Nothing but the entries, copied exactly, should appear in the response.
★ ★ ★ ★ ★
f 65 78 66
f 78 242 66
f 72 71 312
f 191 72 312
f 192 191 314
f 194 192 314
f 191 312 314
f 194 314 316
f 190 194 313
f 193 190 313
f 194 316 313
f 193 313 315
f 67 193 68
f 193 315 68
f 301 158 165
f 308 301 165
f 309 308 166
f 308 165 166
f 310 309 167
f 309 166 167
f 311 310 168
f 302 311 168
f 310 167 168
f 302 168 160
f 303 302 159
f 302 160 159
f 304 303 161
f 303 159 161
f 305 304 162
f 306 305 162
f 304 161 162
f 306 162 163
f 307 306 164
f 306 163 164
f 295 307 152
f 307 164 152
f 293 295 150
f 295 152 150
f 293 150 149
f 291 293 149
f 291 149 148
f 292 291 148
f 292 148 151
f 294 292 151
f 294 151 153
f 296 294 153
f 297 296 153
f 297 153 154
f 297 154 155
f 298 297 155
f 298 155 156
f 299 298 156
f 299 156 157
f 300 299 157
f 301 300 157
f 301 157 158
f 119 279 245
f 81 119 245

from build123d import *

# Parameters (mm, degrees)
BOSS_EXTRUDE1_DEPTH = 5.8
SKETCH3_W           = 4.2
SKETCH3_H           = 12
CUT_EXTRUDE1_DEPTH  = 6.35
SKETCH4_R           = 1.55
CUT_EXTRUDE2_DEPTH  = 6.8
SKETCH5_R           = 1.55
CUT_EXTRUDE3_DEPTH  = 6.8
★ ★ ★ ★ ★
• _Task output_:
f 65 78 66
f 78 242 66
f 72 71 312
f 191 72 312
f 192 191 314
f 194 192 314
f 191 312 314
f 194 314 316
f 190 194 313
f 193 190 313
f 194 316 313
f 193 313 315
f 67 193 68
f 193 315 68
f 301 158 165
f 308 301 165
f 309 308 166
f 308 165 166
f 310 309 167
f 309 166 167
f 311 310 168
f 302 311 168
f 310 167 168
f 302 168 160
f 303 302 159
f 302 160 159
f 304 303 161
f 303 159 161
f 305 304 162
f 306 305 162
f 304 161 162
f 306 162 163
f 307 306 164
f 306 163 164
f 295 307 152
f 307 164 152
f 293 295 150
f 295 152 150
f 293 150 149
f 291 293 149
f 291 149 148
f 292 291 148
f 292 148 151
f 294 292 151
f 294 151 153
f 296 294 153
f 297 296 153
f 297 153 154
f 297 154 155
f 298 297 155
f 298 155 156
f 299 298 156
f 299 156 157
f 300 299 157
f 301 300 157
f 301 157 158
f 119 279 245
f 81 119 245

from build123d import *

# Parameters (mm, degrees)
BOSS_EXTRUDE1_DEPTH = 5.8
SKETCH3_W           = 4.2
SKETCH3_H           = 12
CUT_EXTRUDE1_DEPTH  = 6.35
SKETCH4_R           = 1.55
CUT_EXTRUDE2_DEPTH  = 6.8
SKETCH5_R           = 1.55
CUT_EXTRUDE3_DEPTH  = 6.8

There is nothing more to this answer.